Immediately after and before a b, or can there be symbols between them?

mathmari said:
I tried the following...Could you tell if it's right?
This automaton accepts ab where a is not preceeded by a b..

mathmari said:
But is it deterministic? From the second state where do we go with $a$ ?
If consecutives a's are not allowed then there should an arrow to the "sink" state that is not accepting and from which there is no escape.
 
Re: Is the DFA of the language $L$ correct?

Evgeny.Makarov said:
Immediately after and before a b, or can there be symbols between them?

This automaton accepts ab where a is not preceeded by a b..

This is the pronunciation of the exercise.
What I understand is that $aa $ is not allowed but $bb$ or $bba$ or $abbb$ or $babb$ is allowed..
Am I wrong?
 
Re: Is the DFA of the language $L$ correct?

mathmari said:
This is the pronunciation of the exercise.
...
Am I wrong?
In general, we can only help with mathematical questions. I can't help clarify what a certain person meant when he/she devised a particular exercise, especially if there is a chance that there is a language barrier.

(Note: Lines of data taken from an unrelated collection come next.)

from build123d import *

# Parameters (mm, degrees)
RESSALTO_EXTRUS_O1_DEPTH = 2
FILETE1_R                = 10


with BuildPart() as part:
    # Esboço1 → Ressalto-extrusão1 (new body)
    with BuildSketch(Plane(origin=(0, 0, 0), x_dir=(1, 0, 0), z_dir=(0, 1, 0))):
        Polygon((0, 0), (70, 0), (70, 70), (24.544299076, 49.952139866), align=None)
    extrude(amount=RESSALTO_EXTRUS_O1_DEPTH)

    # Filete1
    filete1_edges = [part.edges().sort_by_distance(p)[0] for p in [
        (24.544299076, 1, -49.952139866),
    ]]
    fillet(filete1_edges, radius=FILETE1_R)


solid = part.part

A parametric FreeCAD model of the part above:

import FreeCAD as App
import Part
import Sketcher
from FreeCAD import Vector
Q = App.Units.Quantity


def edges_at(feature, points):
    """Names of the edges that pass closest to the given points."""
    edges = feature.Shape.Edges
    near = lambda p: min(range(len(edges)), key=lambda i: edges[i].distToShape(Part.Vertex(*p))[0])
    return sorted({f"Edge{near(p) + 1}" for p in points})


def add_polygon(sketch, points):
    """Adds a closed chain of lines whose ends are joined by coincident constraints."""
    first, n = sketch.GeometryCount, len(points)
    for a, b in zip(points, points[1:] + points[:1]):
        sketch.addGeometry(Part.LineSegment(App.Vector(*a, 0), App.Vector(*b, 0)), False)
    for i in range(n):
        sketch.addConstraint(Sketcher.Constraint("Coincident", first + i, 2, first + (i + 1) % n, 1))

doc = App.newDocument("Part")
body = doc.addObject("PartDesign::Body", "Body")

sketch1 = doc.addObject("Sketcher::SketchObject", "Sketch")
body.addObject(sketch1)
sketch1.AttachmentSupport = (doc.XZ_Plane, [""])
sketch1.MapMode = "FlatFace"
add_polygon(sketch1, [(0, 0), (70, 0), (70, -70), (25, -50)])
sketch1.addConstraint([
    Sketcher.Constraint("Horizontal", 0),
    Sketcher.Constraint("Vertical", 1),
    Sketcher.Constraint("Coincident", 3, 2, -1, 1),
    Sketcher.Constraint("Equal", 0, 1),
    Sketcher.Constraint("DistanceX", 0, 1, 0, 2, Q("70 mm")),
    Sketcher.Constraint("DistanceX", -1, 1, 2, 2, Q("24.544299 mm")),
    Sketcher.Constraint("DistanceY", 2, 2, -1, 1, Q("49.95214 mm")),
])
pad1 = doc.addObject("PartDesign::Pad", "Pad")
body.addObject(pad1)
pad1.Profile = sketch1
pad1.Length = 2
pad1.Reversed = True
doc.recompute()

fillet = doc.addObject("PartDesign::Fillet", "Fillet")
body.addObject(fillet)
fillet.Base = (pad1, edges_at(pad1, [(24.544, 1, -49.952)]))
fillet.Radius = 10

doc.recompute()
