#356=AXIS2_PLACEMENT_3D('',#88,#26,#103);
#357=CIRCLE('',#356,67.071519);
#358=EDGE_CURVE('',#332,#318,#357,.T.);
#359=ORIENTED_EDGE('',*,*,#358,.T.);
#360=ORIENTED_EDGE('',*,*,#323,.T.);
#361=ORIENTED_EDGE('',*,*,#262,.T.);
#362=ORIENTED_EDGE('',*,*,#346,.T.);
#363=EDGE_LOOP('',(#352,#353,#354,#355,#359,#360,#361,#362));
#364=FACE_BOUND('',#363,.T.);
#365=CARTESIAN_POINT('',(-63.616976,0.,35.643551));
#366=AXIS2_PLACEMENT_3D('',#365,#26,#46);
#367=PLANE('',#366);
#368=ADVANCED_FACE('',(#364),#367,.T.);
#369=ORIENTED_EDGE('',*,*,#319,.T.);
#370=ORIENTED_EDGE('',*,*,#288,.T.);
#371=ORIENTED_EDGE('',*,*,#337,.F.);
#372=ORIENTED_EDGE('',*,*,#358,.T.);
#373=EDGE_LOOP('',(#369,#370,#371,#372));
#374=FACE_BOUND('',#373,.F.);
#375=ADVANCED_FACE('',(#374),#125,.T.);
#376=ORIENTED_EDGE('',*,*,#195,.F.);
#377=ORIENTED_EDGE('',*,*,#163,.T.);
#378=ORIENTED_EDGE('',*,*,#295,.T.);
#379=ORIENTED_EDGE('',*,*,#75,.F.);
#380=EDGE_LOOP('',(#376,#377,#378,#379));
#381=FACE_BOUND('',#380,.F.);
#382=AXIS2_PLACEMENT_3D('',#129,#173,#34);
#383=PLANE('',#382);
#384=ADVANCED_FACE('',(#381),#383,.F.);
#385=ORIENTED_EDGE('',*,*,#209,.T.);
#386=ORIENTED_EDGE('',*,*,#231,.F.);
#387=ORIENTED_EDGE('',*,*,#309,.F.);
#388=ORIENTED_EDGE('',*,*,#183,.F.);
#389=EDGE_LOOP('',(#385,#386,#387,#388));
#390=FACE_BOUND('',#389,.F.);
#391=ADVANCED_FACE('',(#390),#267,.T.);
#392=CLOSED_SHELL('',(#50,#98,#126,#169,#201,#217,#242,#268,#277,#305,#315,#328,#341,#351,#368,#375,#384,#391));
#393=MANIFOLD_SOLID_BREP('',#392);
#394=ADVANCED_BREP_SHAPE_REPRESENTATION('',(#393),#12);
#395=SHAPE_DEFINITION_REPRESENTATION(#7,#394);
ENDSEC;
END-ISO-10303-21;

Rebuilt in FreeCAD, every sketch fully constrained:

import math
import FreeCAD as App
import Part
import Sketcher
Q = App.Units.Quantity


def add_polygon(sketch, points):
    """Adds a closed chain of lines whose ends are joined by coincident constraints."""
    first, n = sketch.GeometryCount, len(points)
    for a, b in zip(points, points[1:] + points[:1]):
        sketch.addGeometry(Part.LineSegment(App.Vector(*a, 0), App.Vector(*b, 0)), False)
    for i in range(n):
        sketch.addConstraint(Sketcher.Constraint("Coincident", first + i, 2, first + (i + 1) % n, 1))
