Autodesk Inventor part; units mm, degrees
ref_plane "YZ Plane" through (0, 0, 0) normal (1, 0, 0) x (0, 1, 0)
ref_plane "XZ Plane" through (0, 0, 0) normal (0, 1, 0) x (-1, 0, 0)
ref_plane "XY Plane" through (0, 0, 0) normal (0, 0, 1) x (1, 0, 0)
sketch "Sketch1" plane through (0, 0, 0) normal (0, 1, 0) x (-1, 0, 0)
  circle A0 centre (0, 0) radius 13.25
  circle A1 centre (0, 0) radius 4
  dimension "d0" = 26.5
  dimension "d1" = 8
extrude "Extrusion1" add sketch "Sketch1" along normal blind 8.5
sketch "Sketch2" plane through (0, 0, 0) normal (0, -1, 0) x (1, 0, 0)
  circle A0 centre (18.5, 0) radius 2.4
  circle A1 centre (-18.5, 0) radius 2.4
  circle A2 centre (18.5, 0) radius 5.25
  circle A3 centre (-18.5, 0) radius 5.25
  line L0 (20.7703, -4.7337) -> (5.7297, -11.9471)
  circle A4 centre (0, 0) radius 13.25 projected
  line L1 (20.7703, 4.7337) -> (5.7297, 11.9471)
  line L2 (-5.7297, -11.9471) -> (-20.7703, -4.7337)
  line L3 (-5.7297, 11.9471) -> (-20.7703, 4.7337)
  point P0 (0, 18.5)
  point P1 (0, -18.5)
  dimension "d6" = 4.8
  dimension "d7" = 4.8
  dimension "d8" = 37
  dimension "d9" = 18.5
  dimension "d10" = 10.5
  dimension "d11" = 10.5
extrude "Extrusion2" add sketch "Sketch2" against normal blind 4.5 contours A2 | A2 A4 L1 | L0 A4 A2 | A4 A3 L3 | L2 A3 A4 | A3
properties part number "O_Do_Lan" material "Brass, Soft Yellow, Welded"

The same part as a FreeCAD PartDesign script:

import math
import FreeCAD as App
import Part
import Sketcher

V = App.Vector
Q = App.Units.Quantity

doc = App.newDocument("Part")
params = doc.addObject("Spreadsheet::Sheet", "Params")
for row, (alias, value) in enumerate([
    ("sketch1_diameter", "8 mm"),
    ("sketch1_diameter2", "26.5 mm"),
    ("pad1_length", "8.5 mm"),
    ("sketch2_diameter", "4.8 mm"),
    ("sketch2_radius", "5.25 mm"),
    ("sketch2_radius2", "13.25 mm"),
    ("pad2_length", "4.5 mm"),
], start=1):
    params.set(f"A{row}", alias)
    params.set(f"B{row}", "=" + value)
    params.setAlias(f"B{row}", alias)

body = doc.addObject("PartDesign::Body", "Body")

# Sketch on XZ plane
sketch1 = body.newObject("Sketcher::SketchObject", "Sketch")
sketch1.AttachmentSupport = (doc.getObject("XZ_Plane"), [""])
sketch1.MapMode = "FlatFace"
sketch1.addGeometry([
    Part.Circle(V(0, 0, 0), V(0, 0, 1), 13.25),
    Part.Circle(V(0, 0, 0), V(0, 0, 1), 4),
], False)
sketch1.addConstraint([
    Sketcher.Constraint("Coincident", 0, 3, -1, 1),
    Sketcher.Constraint("Coincident", 1, 3, -1, 1),
    Sketcher.Constraint("Diameter", 1, Q("8 mm")),
    Sketcher.Constraint("Diameter", 0, Q("26.5 mm")),
])
sketch1.setExpression("Constraints[2]", "Params.sketch1_diameter")
sketch1.setExpression("Constraints[3]", "Params.sketch1_diameter2")
pad1 = body.newObject("PartDesign::Pad", "Pad")
pad1.Profile = sketch1
pad1.setExpression("Length", "Params.pad1_length")
pad1.Reversed = True

# Sketch on XZ plane
sketch2 = body.newObject("Sketcher::SketchObject", "Sketch001")
sketch2.AttachmentSupport = (doc.getObject("XZ_Plane"), [""])
sketch2.MapMode = "FlatFace"
sketch2.addGeometry([
    Part.ArcOfCircle(Part.Circle(V(18.5, 0, 0), V(0, 0, 1), 5.25), math.radians(-64.377452), math.radians(64.377452)),  # 0
    Part.LineSegment(V(20.7703, 4.7337, 0), V(5.7297, 11.9471, 0)),  # 1
    Part.ArcOfCircle(Part.Circle(V(0, 0, 0), V(0, 0, 1), 13.25), math.radians(-64.378127), math.radians(64.378127)),  # 2
    Part.LineSegment(V(5.7297, -11.9471, 0), V(20.7703, -4.7337, 0)),  # 3
    Part.Circle(V(18.5, 0, 0), V(0, 0, 1), 2.4),  # 4
    Part.LineSegment(V(-5.7297, 11.9471, 0), V(-20.7703, 4.7337, 0)),  # 5
    Part.ArcOfCircle(Part.Circle(V(-18.5, 0, 0), V(0, 0, 1), 5.25), math.radians(115.622548), math.radians(244.377452)),  # 6
    Part.LineSegment(V(-20.7703, -4.7337, 0), V(-5.7297, -11.9471, 0)),  # 7
    Part.ArcOfCircle(Part.Circle(V(0, 0, 0), V(0, 0, 1), 13.25), math.radians(115.621873), math.radians(244.378127)),  # 8
    Part.Circle(V(-18.5, 0, 0), V(0, 0, 1), 2.4),  # 9
], False)
sketch2.addConstraint([
    Sketcher.Constraint("Tangent", 0, 2, 1, 1),
    Sketcher.Constraint("Tangent", 1, 2, 2, 2),
    Sketcher.Constraint("Tangent", 2, 1, 3, 1),
    Sketcher.Constraint("Tangent", 3, 2, 0, 1),
    Sketcher.Constraint("Tangent", 5, 2, 6, 1),
    Sketcher.Constraint("Tangent", 6, 2, 7, 1),
    Sketcher.Constraint("Tangent", 7, 2, 8, 2),
    Sketcher.Constraint("Tangent", 8, 1, 5, 1),
    Sketcher.Constraint("Coincident", 2, 3, -1, 1),
    Sketcher.Constraint("Coincident", 8, 3, -1, 1),
    Sketcher.Constraint("Coincident", 4, 3, 0, 3),
    Sketcher.Constraint("Coincident", 9, 3, 6, 3),
    Sketcher.Constraint("Equal", 0, 6),
    Sketcher.Constraint("Equal", 2, 8),
    Sketcher.Constraint("Equal", 4, 9),
    Sketcher.Constraint("Symmetric", 0, 3, 6, 3, -1, 1),
    Sketcher.Constraint("PointOnObject", 0, 3, -1),
    Sketcher.Constraint("Diameter", 4, Q("4.8 mm")),
    Sketcher.Constraint("Radius", 0, Q("5.25 mm")),
    Sketcher.Constraint("DistanceX", 6, 3, 0, 3, Q("37 mm")),
    Sketcher.Constraint("Radius", 2, Q("13.25 mm")),
])
sketch2.setExpression("Constraints[17]", "Params.sketch2_diameter")
sketch2.setExpression("Constraints[18]", "Params.sketch2_radius")
sketch2.setExpression("Constraints[20]", "Params.sketch2_radius2")
pad2 = body.newObject("PartDesign::Pad", "Pad001")
pad2.Profile = sketch2
pad2.setExpression("Length", "Params.pad2_length")
pad2.Reversed = True

doc.recompute()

To me, the most natural way to interpret the exercise is that each a must be immediately preceded and immediately followed by a b.

mathmari said:
What I understand is that $aa $ is not allowed but $bb$ or $bba$ or $abbb$ or $babb$ is allowed.
The strings $bba$ or $abbb$ should not be allowed because a is not surrounded by b's.
 
Re: Is the DFA of the language $L$ correct?

Evgeny.Makarov said:
In general, we can only help with mathematical questions. I can't help clarify what a certain person meant when he/she devised a particular exercise, especially if there is a chance that there is a language barrier.

To me, the most natural way to interpret the exercise is that each a must be immediately preceded and immediately followed by a b.

The strings $bba$ or $abbb$ should not be allowed because a is not surrounded by b's.

Ok...I tried it again... Is it now correct?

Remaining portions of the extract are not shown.